*** Opening RECORDS SHOWN ***
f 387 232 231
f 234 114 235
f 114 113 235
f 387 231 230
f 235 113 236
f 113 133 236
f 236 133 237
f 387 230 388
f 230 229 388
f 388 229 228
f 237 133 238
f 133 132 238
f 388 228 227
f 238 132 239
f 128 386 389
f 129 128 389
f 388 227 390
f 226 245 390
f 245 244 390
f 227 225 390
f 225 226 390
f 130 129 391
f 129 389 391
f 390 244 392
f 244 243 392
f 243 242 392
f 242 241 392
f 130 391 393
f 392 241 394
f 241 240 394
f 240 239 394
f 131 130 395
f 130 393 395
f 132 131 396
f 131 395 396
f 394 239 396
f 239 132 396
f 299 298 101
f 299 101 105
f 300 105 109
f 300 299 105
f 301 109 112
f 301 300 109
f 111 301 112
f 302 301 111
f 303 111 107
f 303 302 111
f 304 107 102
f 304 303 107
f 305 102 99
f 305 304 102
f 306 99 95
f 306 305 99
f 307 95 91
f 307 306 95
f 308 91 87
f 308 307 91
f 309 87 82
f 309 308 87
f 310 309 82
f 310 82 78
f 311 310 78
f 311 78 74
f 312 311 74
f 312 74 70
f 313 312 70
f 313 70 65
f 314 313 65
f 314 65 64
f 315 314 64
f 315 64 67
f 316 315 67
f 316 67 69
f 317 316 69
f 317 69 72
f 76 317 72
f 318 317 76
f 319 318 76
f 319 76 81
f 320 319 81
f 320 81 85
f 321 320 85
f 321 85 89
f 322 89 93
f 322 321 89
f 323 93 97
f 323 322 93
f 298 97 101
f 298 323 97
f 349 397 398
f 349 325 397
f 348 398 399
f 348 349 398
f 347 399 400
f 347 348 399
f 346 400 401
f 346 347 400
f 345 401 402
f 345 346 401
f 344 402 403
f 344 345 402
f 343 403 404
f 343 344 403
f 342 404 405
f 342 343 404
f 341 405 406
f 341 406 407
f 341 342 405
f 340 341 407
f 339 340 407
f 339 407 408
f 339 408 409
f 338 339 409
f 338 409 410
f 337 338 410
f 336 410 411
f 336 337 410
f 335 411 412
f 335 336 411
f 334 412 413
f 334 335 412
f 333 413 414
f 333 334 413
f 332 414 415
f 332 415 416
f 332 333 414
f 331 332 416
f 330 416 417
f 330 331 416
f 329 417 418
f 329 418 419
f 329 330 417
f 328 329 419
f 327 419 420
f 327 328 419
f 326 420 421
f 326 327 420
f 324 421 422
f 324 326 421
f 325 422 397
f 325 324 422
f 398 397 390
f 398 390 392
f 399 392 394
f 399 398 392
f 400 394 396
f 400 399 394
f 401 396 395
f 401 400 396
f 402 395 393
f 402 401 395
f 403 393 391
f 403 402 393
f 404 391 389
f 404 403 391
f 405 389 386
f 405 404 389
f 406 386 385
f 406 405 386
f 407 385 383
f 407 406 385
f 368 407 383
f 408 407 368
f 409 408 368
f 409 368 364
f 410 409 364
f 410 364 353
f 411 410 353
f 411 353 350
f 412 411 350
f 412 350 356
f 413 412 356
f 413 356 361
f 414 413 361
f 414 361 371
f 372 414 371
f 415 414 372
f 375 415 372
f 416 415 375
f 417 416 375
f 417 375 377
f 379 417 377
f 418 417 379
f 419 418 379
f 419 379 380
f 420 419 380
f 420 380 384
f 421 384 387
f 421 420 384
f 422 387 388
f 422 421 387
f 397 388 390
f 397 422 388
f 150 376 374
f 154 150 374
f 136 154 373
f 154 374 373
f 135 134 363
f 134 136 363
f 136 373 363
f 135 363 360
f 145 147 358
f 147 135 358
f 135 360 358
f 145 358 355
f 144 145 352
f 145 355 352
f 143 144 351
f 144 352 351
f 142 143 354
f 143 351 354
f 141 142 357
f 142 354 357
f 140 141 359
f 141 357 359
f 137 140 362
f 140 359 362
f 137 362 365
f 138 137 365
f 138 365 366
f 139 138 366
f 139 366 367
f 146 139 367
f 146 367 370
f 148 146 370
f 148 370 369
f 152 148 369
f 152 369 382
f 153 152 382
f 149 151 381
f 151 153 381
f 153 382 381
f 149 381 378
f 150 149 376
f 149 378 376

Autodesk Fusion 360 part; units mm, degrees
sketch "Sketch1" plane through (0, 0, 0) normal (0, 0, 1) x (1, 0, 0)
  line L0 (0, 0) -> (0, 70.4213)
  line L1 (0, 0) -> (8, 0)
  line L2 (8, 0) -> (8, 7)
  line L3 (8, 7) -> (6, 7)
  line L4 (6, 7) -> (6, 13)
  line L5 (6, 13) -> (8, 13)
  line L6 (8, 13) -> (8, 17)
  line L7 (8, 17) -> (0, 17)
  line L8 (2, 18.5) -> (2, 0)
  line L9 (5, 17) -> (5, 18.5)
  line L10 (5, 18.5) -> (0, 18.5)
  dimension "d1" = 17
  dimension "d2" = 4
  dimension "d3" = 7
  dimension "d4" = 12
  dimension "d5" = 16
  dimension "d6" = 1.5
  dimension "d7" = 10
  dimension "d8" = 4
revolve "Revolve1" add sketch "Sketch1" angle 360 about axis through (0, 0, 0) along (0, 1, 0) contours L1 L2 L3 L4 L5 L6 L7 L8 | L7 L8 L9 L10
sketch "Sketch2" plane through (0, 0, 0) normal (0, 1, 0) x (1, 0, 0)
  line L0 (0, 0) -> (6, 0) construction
*** Closing RECORDS SHOWN ***
:: WORK TO COMPLETE ::
For each line of the entries that includes "sketch", show that line.

:: WRITTEN SOLUTION ::
sketch "Sketch1" plane through (0, 0, 0) normal (0, 0, 1) x (1, 0, 0)
revolve "Revolve1" add sketch "Sketch1" angle 360 about axis through (0, 0, 0) along (0, 1, 0) contours L1 L2 L3 L4 L5 L6 L7 L8 | L7 L8 L9 L10
sketch "Sketch2" plane through (0, 0, 0) normal (0, 1, 0) x (1, 0, 0)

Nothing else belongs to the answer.